This is why i gave you an example of a solution of spherically symmetric gravitational source (bh or star or even any spherically symmetric mass) in the presence of a cosmological constant.
All you have to do is look at the metric to see what you asked;
1-2MG/r-b*r^2 (c=1 units) is the important term (would be 1 for flat empty space) where M is the mass and b i think if i recall correct is 1/3*L (With L the cosmological constant))
Near the neighborhood of the hole or the object say a few times 2*MG/c^2 the L*r^2 terms is tiny and doesnt have even an experimentally measurable effect. As you go far from the hole however it becomes the dominant term reflecting of course an expanding spacetime.
Now solutions that describe what happens to an entire galaxy with a cosmological constant dont exist but the behavior will be similarly unimportant.
Would it be satisfactory to you to calculate for example how much 2 objects separated by 1 au expand in 1 year???
Using Hubble's law the constant being 70 km/s per Mparsec one obtains 11m per year or 7% of au per billion years. Of course local gravity is so much more dominant that this practically cannot be observed and can only be seen by looking at distant galaxies.
What else other than that would you mean???

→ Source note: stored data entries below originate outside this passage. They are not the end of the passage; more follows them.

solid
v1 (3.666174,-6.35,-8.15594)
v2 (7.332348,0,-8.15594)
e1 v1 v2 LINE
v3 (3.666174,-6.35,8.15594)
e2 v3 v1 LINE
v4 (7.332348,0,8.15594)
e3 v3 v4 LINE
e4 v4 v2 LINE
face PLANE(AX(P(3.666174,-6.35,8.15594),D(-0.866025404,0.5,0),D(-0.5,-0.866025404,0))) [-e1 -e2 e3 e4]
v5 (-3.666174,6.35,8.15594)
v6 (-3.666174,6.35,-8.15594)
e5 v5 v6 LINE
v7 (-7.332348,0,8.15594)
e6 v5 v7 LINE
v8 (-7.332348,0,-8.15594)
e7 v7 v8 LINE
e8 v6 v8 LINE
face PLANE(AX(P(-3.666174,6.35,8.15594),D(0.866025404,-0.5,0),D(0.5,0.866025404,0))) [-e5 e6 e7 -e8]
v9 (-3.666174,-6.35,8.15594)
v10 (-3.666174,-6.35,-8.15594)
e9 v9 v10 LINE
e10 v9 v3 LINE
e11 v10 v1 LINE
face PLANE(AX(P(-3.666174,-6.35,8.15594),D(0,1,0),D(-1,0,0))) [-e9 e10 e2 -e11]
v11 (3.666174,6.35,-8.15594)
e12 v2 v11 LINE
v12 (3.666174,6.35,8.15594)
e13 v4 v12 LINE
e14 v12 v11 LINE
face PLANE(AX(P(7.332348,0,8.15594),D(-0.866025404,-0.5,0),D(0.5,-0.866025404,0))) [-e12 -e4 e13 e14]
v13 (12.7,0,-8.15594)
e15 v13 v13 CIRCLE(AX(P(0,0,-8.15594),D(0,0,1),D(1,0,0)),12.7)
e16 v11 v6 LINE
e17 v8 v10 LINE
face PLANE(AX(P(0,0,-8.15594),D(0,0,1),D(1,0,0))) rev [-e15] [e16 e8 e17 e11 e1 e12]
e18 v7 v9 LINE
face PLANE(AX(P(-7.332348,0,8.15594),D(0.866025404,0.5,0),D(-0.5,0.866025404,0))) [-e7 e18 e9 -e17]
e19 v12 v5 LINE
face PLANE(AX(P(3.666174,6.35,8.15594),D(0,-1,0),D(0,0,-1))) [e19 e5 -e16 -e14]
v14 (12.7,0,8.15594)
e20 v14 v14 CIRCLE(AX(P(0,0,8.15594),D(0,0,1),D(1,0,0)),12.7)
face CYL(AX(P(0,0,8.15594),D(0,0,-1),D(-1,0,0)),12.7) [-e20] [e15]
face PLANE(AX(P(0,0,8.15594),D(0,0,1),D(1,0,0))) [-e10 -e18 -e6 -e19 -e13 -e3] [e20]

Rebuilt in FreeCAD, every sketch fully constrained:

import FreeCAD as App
import Part
import Sketcher
from FreeCAD import Vector
Q = App.Units.Quantity

doc = App.newDocument("Part")
body = doc.addObject("PartDesign::Body", "Body")

# Sketch on XY plane
sketch1 = body.newObject("Sketcher::SketchObject", "Sketch")
sketch1.AttachmentSupport = (doc.getObject("XY_Plane"), [""])
sketch1.MapMode = "FlatFace"
sketch1.addGeometry([
    Part.Circle(Vector(0, 0, 0), Vector(0, 0, 1), 13),  # 0
    Part.LineSegment(Vector(-4, -6, 0), Vector(-7, 0, 0)),  # 1
    Part.LineSegment(Vector(-7, 0, 0), Vector(-4, 6, 0)),  # 2
    Part.LineSegment(Vector(-4, 6, 0), Vector(4, 6, 0)),  # 3
    Part.LineSegment(Vector(4, 6, 0), Vector(7, 0, 0)),  # 4
    Part.LineSegment(Vector(7, 0, 0), Vector(4, -6, 0)),  # 5
    Part.LineSegment(Vector(4, -6, 0), Vector(-4, -6, 0)),  # 6
], False)
sketch1.addConstraint([
    Sketcher.Constraint("Coincident", 1, 2, 2, 1),
    Sketcher.Constraint("Coincident", 2, 2, 3, 1),
    Sketcher.Constraint("Coincident", 3, 2, 4, 1),
    Sketcher.Constraint("Coincident", 4, 2, 5, 1),
    Sketcher.Constraint("Coincident", 5, 2, 6, 1),
    Sketcher.Constraint("Coincident", 6, 2, 1, 1),
    Sketcher.Constraint("Horizontal", 3),
    Sketcher.Constraint("Horizontal", 6),
    Sketcher.Constraint("Coincident", 0, 3, -1, 1),
    Sketcher.Constraint("Symmetric", 1, 2, 4, 2, -1, 1),
    Sketcher.Constraint("Symmetric", 2, 2, 5, 2, -1, 1),
    Sketcher.Constraint("PointOnObject", 1, 2, -1),
    Sketcher.Constraint("Parallel", 1, 4),
    Sketcher.Constraint("Vertical", 3, 2, 5, 2),
    Sketcher.Constraint("Diameter", 0, Q("1 in")),
    Sketcher.Constraint("Angle", 1, Q("120 deg")),
    Sketcher.Constraint("DistanceY", 5, 2, 3, 2, Q("0.5 in")),
    Sketcher.Constraint("DistanceX", 3, 1, 3, 2, Q("7.332348 mm")),
])
pad1 = body.newObject("PartDesign::Pad", "Pad")
pad1.Profile = sketch1
pad1.Length = Q("0.6422 in")
pad1.Midplane = True

doc.recompute()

The dark energy if it is real and not an effective description of something else covers all spacetime but mass is only a rare localized coincidence in the vastly empty at large universe (consider what fraction of a cluster of galaxies is space between galaxies to see what i mean plus you also know local density is like order 1 solar mass per 50 say cubic light years = already tiny with the vast majority of the mass inside less than 1% of au radius). Of course you do not expect cosmological constant to play any role close to gravitational sources and small distances/timeframes. By all that i mean that the avg density (source of gravity) of the universe is many orders of magnitude smaller than that of a galaxy and the latter is also many orders of magnitude smaller than that of a solar system etc.
However when you study the effect at global scales eg in the Robertson Walker metric which attempts to describe the entire universe and which clearly has to use some effective avg density of the universe as the source term in the stress tensor and which is itself super small (tiny density ) the Cosmological constant term dominates the metric at present era and dictates expansion and acceleration of it.

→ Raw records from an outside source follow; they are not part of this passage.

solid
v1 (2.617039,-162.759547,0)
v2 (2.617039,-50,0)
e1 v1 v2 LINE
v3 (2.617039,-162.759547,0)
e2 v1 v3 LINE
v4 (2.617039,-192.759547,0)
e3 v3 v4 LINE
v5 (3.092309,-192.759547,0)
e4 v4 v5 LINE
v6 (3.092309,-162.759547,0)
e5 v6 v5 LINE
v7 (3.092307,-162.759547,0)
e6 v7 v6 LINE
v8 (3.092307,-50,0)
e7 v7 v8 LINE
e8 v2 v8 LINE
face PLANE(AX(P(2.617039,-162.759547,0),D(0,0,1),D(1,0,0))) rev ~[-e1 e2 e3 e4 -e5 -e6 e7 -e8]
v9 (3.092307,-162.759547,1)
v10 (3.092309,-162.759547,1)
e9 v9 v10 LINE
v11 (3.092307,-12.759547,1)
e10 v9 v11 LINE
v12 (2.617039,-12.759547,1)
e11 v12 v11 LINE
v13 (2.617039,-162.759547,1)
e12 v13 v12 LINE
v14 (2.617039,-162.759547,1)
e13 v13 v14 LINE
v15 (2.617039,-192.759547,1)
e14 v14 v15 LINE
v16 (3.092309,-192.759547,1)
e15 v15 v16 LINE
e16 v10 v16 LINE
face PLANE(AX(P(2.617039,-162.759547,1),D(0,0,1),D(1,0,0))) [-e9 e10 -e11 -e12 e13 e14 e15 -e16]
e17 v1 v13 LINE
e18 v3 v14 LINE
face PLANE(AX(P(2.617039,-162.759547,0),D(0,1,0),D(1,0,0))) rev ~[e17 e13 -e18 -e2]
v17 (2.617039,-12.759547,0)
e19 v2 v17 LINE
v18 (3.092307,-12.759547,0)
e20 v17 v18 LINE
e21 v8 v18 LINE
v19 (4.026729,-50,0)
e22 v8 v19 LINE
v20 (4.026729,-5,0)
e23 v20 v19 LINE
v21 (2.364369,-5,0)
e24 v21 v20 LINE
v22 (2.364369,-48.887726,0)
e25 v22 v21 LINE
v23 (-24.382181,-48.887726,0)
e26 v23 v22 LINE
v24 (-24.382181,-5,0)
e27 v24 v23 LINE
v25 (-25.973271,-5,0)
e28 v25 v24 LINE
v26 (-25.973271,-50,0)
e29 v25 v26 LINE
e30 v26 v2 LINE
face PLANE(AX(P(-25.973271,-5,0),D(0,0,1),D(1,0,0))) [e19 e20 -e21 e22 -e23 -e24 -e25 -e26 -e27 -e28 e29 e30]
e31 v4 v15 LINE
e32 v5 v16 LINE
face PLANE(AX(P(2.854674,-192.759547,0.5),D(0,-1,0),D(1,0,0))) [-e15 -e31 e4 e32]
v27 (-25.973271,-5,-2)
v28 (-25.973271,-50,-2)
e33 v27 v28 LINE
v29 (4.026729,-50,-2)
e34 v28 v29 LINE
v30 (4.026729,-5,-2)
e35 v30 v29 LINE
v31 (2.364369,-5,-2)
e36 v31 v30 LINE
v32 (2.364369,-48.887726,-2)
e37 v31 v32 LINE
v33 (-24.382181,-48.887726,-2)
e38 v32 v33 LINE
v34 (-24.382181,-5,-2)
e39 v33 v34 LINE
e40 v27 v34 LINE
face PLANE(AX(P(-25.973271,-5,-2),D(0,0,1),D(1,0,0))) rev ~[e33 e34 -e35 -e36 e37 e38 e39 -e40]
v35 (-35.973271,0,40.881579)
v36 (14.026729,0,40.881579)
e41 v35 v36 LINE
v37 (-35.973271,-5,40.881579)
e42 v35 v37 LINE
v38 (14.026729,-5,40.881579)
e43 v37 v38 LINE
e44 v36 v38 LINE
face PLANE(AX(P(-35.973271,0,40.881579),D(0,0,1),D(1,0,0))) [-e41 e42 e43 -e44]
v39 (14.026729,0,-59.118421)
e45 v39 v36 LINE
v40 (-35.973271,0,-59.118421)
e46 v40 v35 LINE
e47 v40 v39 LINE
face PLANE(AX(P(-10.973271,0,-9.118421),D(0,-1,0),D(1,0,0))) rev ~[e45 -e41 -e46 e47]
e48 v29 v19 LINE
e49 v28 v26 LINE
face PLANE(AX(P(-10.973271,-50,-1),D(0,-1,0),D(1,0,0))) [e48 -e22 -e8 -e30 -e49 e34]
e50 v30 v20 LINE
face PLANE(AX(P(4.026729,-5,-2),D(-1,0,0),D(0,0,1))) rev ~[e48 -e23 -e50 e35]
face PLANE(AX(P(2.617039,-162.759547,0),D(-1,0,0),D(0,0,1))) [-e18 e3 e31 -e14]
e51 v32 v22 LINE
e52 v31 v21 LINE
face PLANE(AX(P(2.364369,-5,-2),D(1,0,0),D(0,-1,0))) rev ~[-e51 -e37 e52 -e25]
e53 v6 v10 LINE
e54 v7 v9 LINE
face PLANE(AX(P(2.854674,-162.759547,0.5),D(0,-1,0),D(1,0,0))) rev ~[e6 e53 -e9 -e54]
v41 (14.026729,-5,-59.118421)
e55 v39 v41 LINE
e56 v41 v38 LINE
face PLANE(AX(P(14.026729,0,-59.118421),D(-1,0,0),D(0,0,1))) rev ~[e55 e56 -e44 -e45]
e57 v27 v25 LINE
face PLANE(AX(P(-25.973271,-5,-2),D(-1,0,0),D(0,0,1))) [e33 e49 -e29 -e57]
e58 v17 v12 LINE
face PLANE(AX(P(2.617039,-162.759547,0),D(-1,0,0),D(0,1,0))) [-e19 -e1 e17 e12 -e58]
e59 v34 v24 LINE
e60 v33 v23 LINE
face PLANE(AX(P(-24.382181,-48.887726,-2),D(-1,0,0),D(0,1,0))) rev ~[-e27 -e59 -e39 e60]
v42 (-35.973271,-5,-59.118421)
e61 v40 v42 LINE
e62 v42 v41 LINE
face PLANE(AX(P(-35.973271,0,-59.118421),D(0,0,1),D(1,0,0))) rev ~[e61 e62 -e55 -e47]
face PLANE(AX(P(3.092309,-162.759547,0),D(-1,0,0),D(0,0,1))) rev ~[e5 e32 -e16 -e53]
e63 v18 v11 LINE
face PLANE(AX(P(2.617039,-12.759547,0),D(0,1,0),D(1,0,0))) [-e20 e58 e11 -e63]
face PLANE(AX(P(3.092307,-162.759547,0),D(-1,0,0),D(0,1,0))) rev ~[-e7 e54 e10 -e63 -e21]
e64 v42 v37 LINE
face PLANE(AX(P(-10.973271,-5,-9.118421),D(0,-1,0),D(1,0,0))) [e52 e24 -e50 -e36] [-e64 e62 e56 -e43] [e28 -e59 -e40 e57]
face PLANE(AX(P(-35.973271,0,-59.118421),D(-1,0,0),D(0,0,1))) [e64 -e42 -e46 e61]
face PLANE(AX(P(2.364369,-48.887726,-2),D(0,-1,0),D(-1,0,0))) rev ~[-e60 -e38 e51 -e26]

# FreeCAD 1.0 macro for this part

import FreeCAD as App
import Part
import Sketcher
from FreeCAD import Vector
Q = App.Units.Quantity

doc = App.newDocument("Part")
body = doc.addObject("PartDesign::Body", "Body")

sketch1 = doc.addObject("Sketcher::SketchObject", "Sketch")
body.addObject(sketch1)
sketch1.AttachmentSupport = (doc.XZ_Plane, [""])
sketch1.MapMode = "FlatFace"
sketch1.addGeometry(Part.LineSegment(Vector(-35.973271, 40.881579, 0), Vector(-35.973271, -59.118421, 0)), False)
sketch1.addGeometry(Part.LineSegment(Vector(-35.973271, -59.118421, 0), Vector(14.026729, -59.118421, 0)), False)
sketch1.addGeometry(Part.LineSegment(Vector(14.026729, -59.118421, 0), Vector(14.026729, 40.881579, 0)), False)
sketch1.addGeometry(Part.LineSegment(Vector(14.026729, 40.881579, 0), Vector(-35.973271, 40.881579, 0)), False)
sketch1.addConstraint(Sketcher.Constraint("Coincident", 0, 2, 1, 1))
sketch1.addConstraint(Sketcher.Constraint("Coincident", 1, 2, 2, 1))
sketch1.addConstraint(Sketcher.Constraint("Coincident", 2, 2, 3, 1))
sketch1.addConstraint(Sketcher.Constraint("Coincident", 3, 2, 0, 1))
sketch1.addConstraint(Sketcher.Constraint("Vertical", 0))
sketch1.addConstraint(Sketcher.Constraint("Horizontal", 1))
sketch1.addConstraint(Sketcher.Constraint("Vertical", 2))
sketch1.addConstraint(Sketcher.Constraint("Horizontal", 3))
sketch1.addConstraint(Sketcher.Constraint("DistanceX", 1, 1, 1, 2, Q("50 mm")))
sketch1.addConstraint(Sketcher.Constraint("DistanceY", 0, 2, 0, 1, Q("100 mm")))
sketch1.addConstraint(Sketcher.Constraint("DistanceX", 0, 2, -1, 1, Q("35.973271 mm")))
sketch1.addConstraint(Sketcher.Constraint("DistanceY", 0, 2, -1, 1, Q("59.118421 mm")))
pad1 = doc.addObject("PartDesign::Pad", "Pad")
body.addObject(pad1)
pad1.Profile = sketch1
pad1.Length = 5

sketch2 = doc.addObject("Sketcher::SketchObject", "Sketch001")
body.addObject(sketch2)
sketch2.AttachmentSupport = (doc.XZ_Plane, [""])
sketch2.MapMode = "FlatFace"
sketch2.AttachmentOffset = App.Placement(Vector(0, 0, 5), App.Rotation())
sketch2.addGeometry(Part.LineSegment(Vector(-25.973271, 0, 0), Vector(-25.973271, -2, 0)), False)
sketch2.addGeometry(Part.LineSegment(Vector(-25.973271, -2, 0), Vector(4.026729, -2, 0)), False)
sketch2.addGeometry(Part.LineSegment(Vector(4.026729, -2, 0), Vector(4.026729, 0, 0)), False)
sketch2.addGeometry(Part.LineSegment(Vector(4.026729, 0, 0), Vector(-25.973271, 0, 0)), False)
sketch2.addConstraint(Sketcher.Constraint("Coincident", 0, 2, 1, 1))
sketch2.addConstraint(Sketcher.Constraint("Coincident", 1, 2, 2, 1))
sketch2.addConstraint(Sketcher.Constraint("Coincident", 2, 2, 3, 1))
sketch2.addConstraint(Sketcher.Constraint("Coincident", 3, 2, 0, 1))
sketch2.addConstraint(Sketcher.Constraint("Vertical", 0))
sketch2.addConstraint(Sketcher.Constraint("Horizontal", 1))
sketch2.addConstraint(Sketcher.Constraint("Vertical", 2))
sketch2.addConstraint(Sketcher.Constraint("Horizontal", 3))
sketch2.addConstraint(Sketcher.Constraint("PointOnObject", 2, 2, -1))
sketch2.addConstraint(Sketcher.Constraint("DistanceX", 1, 1, 1, 2, Q("30 mm")))
sketch2.addConstraint(Sketcher.Constraint("DistanceY", 0, 2, 0, 1, Q("2 mm")))
sketch2.addConstraint(Sketcher.Constraint("DistanceX", 0, 2, -1, 1, Q("25.973271 mm")))
pad2 = doc.addObject("PartDesign::Pad", "Pad001")
body.addObject(pad2)
pad2.Profile = sketch2
pad2.Length = 45

sketch3 = doc.addObject("Sketcher::SketchObject", "Sketch002")
body.addObject(sketch3)
sketch3.AttachmentSupport = (doc.XY_Plane, [""])
sketch3.MapMode = "FlatFace"
sketch3.AttachmentOffset = App.Placement(Vector(0, 0, -2), App.Rotation())
sketch3.addGeometry(Part.LineSegment(Vector(-24.382181, -5, 0), Vector(2.364369, -5, 0)), False)
sketch3.addGeometry(Part.LineSegment(Vector(2.364369, -5, 0), Vector(2.364369, -48.887726, 0)), False)
sketch3.addGeometry(Part.LineSegment(Vector(2.364369, -48.887726, 0), Vector(-24.382181, -48.887726, 0)), False)
sketch3.addGeometry(Part.LineSegment(Vector(-24.382181, -48.887726, 0), Vector(-24.382181, -5, 0)), False)
sketch3.addConstraint(Sketcher.Constraint("Coincident", 0, 2, 1, 1))
sketch3.addConstraint(Sketcher.Constraint("Coincident", 1, 2, 2, 1))
sketch3.addConstraint(Sketcher.Constraint("Coincident", 2, 2, 3, 1))
sketch3.addConstraint(Sketcher.Constraint("Coincident", 3, 2, 0, 1))
sketch3.addConstraint(Sketcher.Constraint("Horizontal", 0))
sketch3.addConstraint(Sketcher.Constraint("Vertical", 1))
sketch3.addConstraint(Sketcher.Constraint("Horizontal", 2))
sketch3.addConstraint(Sketcher.Constraint("Vertical", 3))
sketch3.addConstraint(Sketcher.Constraint("DistanceY", 0, 2, -1, 1, Q("5 mm")))
sketch3.addConstraint(Sketcher.Constraint("DistanceX", 0, 1, 0, 2, Q("26.74655 mm")))
sketch3.addConstraint(Sketcher.Constraint("DistanceY", 1, 2, 1, 1, Q("43.887726 mm")))
sketch3.addConstraint(Sketcher.Constraint("DistanceX", -1, 1, 0, 2, Q("2.364369 mm")))
pocket1 = doc.addObject("PartDesign::Pocket", "Pocket")
body.addObject(pocket1)
pocket1.Profile = sketch3
pocket1.Length = 41
pocket1.Reversed = True

sketch4 = doc.addObject("Sketcher::SketchObject", "Sketch003")
body.addObject(sketch4)
sketch4.AttachmentSupport = (doc.XY_Plane, [""])
sketch4.MapMode = "FlatFace"
sketch4.addGeometry(Part.LineSegment(Vector(2.617039, -12.759547, 0), Vector(2.617039, -162.759547, 0)), False)
sketch4.addGeometry(Part.LineSegment(Vector(2.617039, -162.759547, 0), Vector(3.092307, -162.759547, 0)), False)
sketch4.addGeometry(Part.LineSegment(Vector(3.092307, -162.759547, 0), Vector(3.092307, -12.759547, 0)), False)
sketch4.addGeometry(Part.LineSegment(Vector(3.092307, -12.759547, 0), Vector(2.617039, -12.759547, 0)), False)
sketch4.addConstraint(Sketcher.Constraint("Coincident", 0, 2, 1, 1))
sketch4.addConstraint(Sketcher.Constraint("Coincident", 1, 2, 2, 1))
sketch4.addConstraint(Sketcher.Constraint("Coincident", 2, 2, 3, 1))
sketch4.addConstraint(Sketcher.Constraint("Coincident", 3, 2, 0, 1))
sketch4.addConstraint(Sketcher.Constraint("Vertical", 0))
sketch4.addConstraint(Sketcher.Constraint("Horizontal", 1))
sketch4.addConstraint(Sketcher.Constraint("Vertical", 2))
sketch4.addConstraint(Sketcher.Constraint("Horizontal", 3))
sketch4.addConstraint(Sketcher.Constraint("DistanceY", 0, 2, 0, 1, Q("150 mm")))
sketch4.addConstraint(Sketcher.Constraint("DistanceX", 1, 1, 1, 2, Q("0.475269 mm")))
sketch4.addConstraint(Sketcher.Constraint("DistanceX", -1, 1, 0, 2, Q("2.617039 mm")))
sketch4.addConstraint(Sketcher.Constraint("DistanceY", 0, 2, -1, 1, Q("162.759547 mm")))
pad3 = doc.addObject("PartDesign::Pad", "Pad002")
body.addObject(pad3)
pad3.Profile = sketch4
pad3.Length = 1

sketch5 = doc.addObject("Sketcher::SketchObject", "Sketch004")
body.addObject(sketch5)
sketch5.AttachmentSupport = (doc.XZ_Plane, [""])
sketch5.MapMode = "FlatFace"
sketch5.AttachmentOffset = App.Placement(Vector(0, 0, 162.759547), App.Rotation())
sketch5.addGeometry(Part.LineSegment(Vector(2.617039, 1, 0), Vector(2.617039, 0, 0)), False)
sketch5.addGeometry(Part.LineSegment(Vector(2.617039, 0, 0), Vector(3.092309, 0, 0)), False)
sketch5.addGeometry(Part.LineSegment(Vector(3.092309, 0, 0), Vector(3.092309, 1, 0)), False)
sketch5.addGeometry(Part.LineSegment(Vector(3.092309, 1, 0), Vector(2.617039, 1, 0)), False)
sketch5.addConstraint(Sketcher.Constraint("Coincident", 0, 2, 1, 1))
sketch5.addConstraint(Sketcher.Constraint("Coincident", 1, 2, 2, 1))
sketch5.addConstraint(Sketcher.Constraint("Coincident", 2, 2, 3, 1))
sketch5.addConstraint(Sketcher.Constraint("Coincident", 3, 2, 0, 1))
sketch5.addConstraint(Sketcher.Constraint("Vertical", 0))
sketch5.addConstraint(Sketcher.Constraint("Horizontal", 1))
sketch5.addConstraint(Sketcher.Constraint("Vertical", 2))
sketch5.addConstraint(Sketcher.Constraint("Horizontal", 3))
sketch5.addConstraint(Sketcher.Constraint("PointOnObject", 0, 2, -1))
sketch5.addConstraint(Sketcher.Constraint("DistanceY", 0, 2, 0, 1, Q("1 mm")))
sketch5.addConstraint(Sketcher.Constraint("DistanceX", 1, 1, 1, 2, Q("0.47527 mm")))
sketch5.addConstraint(Sketcher.Constraint("DistanceX", -1, 1, 0, 2, Q("2.617039 mm")))
pad4 = doc.addObject("PartDesign::Pad", "Pad003")
body.addObject(pad4)
pad4.Profile = sketch5
pad4.Length = 30

doc.recompute()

Ps: If the black hole is not dynamical the spacetime around it is not contracting.
Also global metric solutions like FLRW
http://en.wikipedia.org/wiki/Friedma...3Walker_metric assume homogeneity isotropy and are obviously idealizations, locally you have other solutions and you cannot exactly carry the observations ie the expansion ala Hubble law the same way locally that the system is no longer obeying those symmetries and the solutions will be different. Basically to fully satisfactory answer all this you need a solution that is using both local sources and distant global sources (eg a Scharzschild metric embedded in rotating galaxy metric which is itself embedded in a galaxy cluster etc which then belongs to a FLRW type metric expanding universe with cosmological constant term and then using that solution you can see what is the behavior locally and how it differs from the accelerated expansion of the large scale solution. Do not expect however anything spectacular (plus no so complex known solutions exist really), the solution locally is dominated so vastly by the local gravity distributions/motions and the effects of other stars and the rotation of the galaxy that any cosmological constant effect is trivially tiny in comparison. This is why i gave you the de Sitter Schwarschild solution as an example of a solvable problem which fully answers your question actually if you ignore the effect of the rest of the universe.